▶ [TASK STATEMENT] Only the opening lines of the listing, through the one with "# F0 (on Front) → F2 (revolve)", are to be retyped, each exactly as it stands.

*** Opening of DATA SUPPLIED ***

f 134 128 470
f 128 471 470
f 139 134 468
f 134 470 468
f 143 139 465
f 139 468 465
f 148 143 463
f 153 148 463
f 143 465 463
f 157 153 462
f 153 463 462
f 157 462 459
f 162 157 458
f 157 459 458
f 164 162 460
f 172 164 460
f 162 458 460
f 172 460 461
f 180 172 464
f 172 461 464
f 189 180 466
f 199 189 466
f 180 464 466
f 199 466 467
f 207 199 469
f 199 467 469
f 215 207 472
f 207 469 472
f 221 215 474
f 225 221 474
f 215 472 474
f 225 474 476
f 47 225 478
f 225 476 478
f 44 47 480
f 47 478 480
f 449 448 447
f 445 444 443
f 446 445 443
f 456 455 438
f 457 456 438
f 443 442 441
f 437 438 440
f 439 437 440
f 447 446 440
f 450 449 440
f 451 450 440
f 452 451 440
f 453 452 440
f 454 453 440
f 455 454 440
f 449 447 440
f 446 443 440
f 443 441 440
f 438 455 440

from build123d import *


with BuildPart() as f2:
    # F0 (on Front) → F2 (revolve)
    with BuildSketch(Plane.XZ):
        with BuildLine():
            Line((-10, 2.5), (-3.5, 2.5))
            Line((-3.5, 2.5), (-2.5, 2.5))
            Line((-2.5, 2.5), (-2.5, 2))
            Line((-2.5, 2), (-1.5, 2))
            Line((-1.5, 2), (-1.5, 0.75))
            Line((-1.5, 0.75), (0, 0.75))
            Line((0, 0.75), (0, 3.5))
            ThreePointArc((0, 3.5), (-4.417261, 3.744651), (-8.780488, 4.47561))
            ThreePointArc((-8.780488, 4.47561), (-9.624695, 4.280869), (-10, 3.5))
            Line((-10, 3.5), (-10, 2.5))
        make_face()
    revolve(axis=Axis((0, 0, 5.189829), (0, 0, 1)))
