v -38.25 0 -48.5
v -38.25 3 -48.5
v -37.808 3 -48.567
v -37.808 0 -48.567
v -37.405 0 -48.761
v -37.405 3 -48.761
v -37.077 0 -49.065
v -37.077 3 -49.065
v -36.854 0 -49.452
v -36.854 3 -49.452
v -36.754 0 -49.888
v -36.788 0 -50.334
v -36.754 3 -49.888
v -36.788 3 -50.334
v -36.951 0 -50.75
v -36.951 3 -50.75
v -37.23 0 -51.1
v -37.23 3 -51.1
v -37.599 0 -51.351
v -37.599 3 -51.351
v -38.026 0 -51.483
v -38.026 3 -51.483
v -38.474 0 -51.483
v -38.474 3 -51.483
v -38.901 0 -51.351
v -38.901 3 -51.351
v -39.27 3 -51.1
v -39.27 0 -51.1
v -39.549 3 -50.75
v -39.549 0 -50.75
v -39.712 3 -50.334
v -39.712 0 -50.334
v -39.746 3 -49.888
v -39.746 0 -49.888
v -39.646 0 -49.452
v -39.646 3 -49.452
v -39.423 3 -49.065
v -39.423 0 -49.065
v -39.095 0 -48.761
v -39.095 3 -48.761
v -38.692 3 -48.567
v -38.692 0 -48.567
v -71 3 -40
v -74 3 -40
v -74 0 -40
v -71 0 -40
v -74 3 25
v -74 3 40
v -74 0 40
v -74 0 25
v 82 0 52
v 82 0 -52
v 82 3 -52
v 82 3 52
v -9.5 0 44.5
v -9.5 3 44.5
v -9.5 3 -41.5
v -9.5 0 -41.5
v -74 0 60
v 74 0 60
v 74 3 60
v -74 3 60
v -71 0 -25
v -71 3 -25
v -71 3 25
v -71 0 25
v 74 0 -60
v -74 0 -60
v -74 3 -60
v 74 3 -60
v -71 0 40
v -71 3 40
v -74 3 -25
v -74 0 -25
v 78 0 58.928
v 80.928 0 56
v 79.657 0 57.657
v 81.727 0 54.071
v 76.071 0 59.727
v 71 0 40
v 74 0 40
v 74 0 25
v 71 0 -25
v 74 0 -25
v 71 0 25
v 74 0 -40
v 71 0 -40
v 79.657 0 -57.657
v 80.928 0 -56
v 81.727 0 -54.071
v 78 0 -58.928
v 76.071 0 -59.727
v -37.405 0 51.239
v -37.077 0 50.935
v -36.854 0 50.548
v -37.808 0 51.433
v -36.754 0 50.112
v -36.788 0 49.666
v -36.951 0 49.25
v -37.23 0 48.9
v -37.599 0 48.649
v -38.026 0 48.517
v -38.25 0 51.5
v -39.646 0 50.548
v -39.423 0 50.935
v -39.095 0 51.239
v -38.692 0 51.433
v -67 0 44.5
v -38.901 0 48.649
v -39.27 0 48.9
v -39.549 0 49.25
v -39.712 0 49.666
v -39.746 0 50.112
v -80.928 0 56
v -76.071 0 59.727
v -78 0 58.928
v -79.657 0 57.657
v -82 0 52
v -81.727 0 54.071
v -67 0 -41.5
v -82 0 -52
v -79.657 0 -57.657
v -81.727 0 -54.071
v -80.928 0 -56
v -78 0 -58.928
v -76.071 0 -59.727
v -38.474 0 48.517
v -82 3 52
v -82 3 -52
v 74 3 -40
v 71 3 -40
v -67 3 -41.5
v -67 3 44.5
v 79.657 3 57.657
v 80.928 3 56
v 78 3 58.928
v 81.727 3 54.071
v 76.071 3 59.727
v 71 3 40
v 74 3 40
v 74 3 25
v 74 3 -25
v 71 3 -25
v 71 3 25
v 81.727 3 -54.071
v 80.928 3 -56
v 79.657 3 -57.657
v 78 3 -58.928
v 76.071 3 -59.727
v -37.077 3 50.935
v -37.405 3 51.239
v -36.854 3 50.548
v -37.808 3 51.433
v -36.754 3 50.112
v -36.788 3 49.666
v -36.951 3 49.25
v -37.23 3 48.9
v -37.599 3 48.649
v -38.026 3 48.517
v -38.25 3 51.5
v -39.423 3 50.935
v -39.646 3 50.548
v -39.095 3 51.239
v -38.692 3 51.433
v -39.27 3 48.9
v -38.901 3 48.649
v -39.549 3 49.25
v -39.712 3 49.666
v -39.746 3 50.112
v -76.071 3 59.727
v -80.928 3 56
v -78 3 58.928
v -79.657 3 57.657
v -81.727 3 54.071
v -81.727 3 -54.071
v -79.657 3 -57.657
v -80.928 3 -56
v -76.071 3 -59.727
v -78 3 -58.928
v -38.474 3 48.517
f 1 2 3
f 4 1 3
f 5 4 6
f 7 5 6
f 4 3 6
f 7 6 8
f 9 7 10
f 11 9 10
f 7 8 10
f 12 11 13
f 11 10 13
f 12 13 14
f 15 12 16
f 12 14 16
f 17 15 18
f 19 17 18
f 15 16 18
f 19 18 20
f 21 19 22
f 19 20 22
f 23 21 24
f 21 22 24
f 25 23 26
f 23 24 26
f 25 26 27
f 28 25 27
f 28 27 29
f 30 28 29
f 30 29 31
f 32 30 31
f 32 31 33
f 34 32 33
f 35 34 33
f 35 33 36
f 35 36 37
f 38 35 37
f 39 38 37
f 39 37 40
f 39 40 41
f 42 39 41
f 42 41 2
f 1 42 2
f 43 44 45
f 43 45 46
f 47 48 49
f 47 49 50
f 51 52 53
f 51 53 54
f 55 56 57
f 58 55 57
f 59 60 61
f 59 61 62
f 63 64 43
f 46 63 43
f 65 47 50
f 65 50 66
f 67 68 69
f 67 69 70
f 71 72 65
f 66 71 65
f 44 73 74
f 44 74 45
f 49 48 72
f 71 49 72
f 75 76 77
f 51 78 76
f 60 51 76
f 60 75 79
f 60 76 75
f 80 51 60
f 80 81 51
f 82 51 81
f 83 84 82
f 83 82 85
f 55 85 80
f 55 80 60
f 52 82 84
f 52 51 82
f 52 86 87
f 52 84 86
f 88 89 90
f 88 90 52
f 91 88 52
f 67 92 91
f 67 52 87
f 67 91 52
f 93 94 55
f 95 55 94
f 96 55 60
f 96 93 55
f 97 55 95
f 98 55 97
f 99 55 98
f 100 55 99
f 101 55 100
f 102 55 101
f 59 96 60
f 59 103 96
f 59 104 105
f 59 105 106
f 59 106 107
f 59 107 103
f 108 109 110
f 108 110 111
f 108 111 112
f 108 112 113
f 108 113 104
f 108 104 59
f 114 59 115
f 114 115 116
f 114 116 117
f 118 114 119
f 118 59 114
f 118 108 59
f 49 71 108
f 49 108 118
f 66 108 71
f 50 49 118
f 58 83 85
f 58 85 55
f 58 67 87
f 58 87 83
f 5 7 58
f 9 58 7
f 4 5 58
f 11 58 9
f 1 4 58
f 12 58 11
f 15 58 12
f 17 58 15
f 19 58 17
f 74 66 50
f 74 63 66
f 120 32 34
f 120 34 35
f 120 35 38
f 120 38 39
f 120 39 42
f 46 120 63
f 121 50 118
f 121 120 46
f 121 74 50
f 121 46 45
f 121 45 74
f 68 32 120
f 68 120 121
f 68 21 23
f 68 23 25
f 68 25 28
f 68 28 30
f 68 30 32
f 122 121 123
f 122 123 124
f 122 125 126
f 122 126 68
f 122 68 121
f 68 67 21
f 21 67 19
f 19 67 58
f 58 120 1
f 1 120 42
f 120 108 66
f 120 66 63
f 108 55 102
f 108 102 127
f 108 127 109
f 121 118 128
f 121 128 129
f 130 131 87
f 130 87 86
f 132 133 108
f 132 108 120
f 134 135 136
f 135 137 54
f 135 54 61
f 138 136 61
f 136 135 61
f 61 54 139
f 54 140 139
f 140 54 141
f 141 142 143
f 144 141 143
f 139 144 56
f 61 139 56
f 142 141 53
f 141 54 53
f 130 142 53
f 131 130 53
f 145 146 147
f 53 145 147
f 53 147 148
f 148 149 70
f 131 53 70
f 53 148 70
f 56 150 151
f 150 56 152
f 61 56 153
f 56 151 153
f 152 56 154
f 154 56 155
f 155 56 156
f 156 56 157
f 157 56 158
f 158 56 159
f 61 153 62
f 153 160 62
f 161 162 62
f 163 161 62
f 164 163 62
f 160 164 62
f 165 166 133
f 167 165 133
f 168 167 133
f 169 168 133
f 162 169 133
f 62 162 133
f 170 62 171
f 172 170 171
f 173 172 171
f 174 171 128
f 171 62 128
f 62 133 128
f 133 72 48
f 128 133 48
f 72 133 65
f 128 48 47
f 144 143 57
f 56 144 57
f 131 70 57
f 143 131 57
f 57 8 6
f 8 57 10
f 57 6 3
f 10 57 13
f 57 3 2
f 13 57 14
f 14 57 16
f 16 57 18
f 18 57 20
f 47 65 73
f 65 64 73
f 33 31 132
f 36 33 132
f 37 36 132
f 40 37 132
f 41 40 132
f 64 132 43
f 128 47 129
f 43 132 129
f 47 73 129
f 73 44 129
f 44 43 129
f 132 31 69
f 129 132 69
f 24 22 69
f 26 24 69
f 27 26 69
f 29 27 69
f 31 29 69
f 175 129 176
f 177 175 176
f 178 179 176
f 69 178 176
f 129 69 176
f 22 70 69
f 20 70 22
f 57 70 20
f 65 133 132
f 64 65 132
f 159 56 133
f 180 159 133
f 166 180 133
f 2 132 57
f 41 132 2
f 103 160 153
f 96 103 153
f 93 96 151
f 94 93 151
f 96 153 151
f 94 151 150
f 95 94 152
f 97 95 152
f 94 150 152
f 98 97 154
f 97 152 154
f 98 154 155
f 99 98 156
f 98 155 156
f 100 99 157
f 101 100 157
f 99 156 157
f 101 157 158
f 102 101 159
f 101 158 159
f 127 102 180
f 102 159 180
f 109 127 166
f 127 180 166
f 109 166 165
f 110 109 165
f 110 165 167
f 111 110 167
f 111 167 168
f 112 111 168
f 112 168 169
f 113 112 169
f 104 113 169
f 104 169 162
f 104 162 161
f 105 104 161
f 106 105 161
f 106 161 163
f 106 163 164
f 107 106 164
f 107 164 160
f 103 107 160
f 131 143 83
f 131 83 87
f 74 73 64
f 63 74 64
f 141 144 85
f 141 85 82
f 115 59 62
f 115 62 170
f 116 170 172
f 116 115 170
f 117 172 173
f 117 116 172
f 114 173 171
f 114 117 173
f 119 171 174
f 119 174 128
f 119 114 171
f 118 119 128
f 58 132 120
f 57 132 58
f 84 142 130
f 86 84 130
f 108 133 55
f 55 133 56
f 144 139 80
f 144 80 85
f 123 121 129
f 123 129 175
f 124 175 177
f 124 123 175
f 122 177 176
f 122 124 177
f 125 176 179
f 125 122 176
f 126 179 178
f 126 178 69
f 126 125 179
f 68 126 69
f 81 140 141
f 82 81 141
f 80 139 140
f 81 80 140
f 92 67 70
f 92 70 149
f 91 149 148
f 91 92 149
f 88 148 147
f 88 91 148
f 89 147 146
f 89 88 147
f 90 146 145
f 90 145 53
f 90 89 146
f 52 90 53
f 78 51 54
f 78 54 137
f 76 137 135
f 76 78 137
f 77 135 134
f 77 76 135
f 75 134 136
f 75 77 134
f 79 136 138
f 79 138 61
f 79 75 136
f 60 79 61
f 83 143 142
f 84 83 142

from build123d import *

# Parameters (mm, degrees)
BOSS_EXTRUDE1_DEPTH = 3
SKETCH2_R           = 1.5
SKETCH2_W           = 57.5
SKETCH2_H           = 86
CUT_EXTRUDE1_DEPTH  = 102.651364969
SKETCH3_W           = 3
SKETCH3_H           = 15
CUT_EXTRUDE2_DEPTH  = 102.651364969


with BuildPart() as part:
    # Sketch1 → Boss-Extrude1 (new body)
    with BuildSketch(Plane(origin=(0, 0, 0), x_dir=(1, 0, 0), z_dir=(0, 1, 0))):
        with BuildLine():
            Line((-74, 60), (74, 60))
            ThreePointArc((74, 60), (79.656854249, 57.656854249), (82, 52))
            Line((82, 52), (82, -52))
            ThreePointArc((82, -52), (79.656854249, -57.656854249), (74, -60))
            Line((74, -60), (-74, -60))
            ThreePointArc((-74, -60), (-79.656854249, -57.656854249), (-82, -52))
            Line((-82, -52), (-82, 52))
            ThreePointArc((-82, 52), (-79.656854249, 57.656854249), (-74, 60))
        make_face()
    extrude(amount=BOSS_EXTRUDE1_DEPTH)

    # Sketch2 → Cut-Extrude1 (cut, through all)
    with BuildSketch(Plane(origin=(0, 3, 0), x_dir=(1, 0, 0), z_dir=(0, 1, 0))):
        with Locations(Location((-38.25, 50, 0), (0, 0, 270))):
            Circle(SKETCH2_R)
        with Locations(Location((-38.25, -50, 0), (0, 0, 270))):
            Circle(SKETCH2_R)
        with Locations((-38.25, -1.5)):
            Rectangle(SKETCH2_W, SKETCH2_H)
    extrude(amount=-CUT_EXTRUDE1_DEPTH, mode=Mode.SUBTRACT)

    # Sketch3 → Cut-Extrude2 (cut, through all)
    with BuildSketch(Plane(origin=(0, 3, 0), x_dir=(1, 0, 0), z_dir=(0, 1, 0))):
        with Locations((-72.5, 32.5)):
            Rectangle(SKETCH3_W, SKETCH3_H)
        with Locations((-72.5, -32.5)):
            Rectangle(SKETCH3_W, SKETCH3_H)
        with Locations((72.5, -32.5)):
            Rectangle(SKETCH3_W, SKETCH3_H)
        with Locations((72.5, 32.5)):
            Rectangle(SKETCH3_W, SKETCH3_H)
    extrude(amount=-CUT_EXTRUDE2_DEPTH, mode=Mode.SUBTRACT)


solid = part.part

*** Close of DATA SUPPLIED ***

▶ [ANSWER TO THE EXERCISE]
f 134 128 470
f 128 471 470
f 139 134 468
f 134 470 468
f 143 139 465
f 139 468 465
f 148 143 463
f 153 148 463
f 143 465 463
f 157 153 462
f 153 463 462
f 157 462 459
f 162 157 458
f 157 459 458
f 164 162 460
f 172 164 460
f 162 458 460
f 172 460 461
f 180 172 464
f 172 461 464
f 189 180 466
f 199 189 466
f 180 464 466
f 199 466 467
f 207 199 469
f 199 467 469
f 215 207 472
f 207 469 472
f 221 215 474
f 225 221 474
f 215 472 474
f 225 474 476
f 47 225 478
f 225 476 478
f 44 47 480
f 47 478 480
f 449 448 447
f 445 444 443
f 446 445 443
f 456 455 438
f 457 456 438
f 443 442 441
f 437 438 440
f 439 437 440
f 447 446 440
f 450 449 440
f 451 450 440
f 452 451 440
f 453 452 440
f 454 453 440
f 455 454 440
f 449 447 440
f 446 443 440
f 443 441 440
f 438 455 440

from build123d import *


with BuildPart() as f2:
    # F0 (on Front) → F2 (revolve)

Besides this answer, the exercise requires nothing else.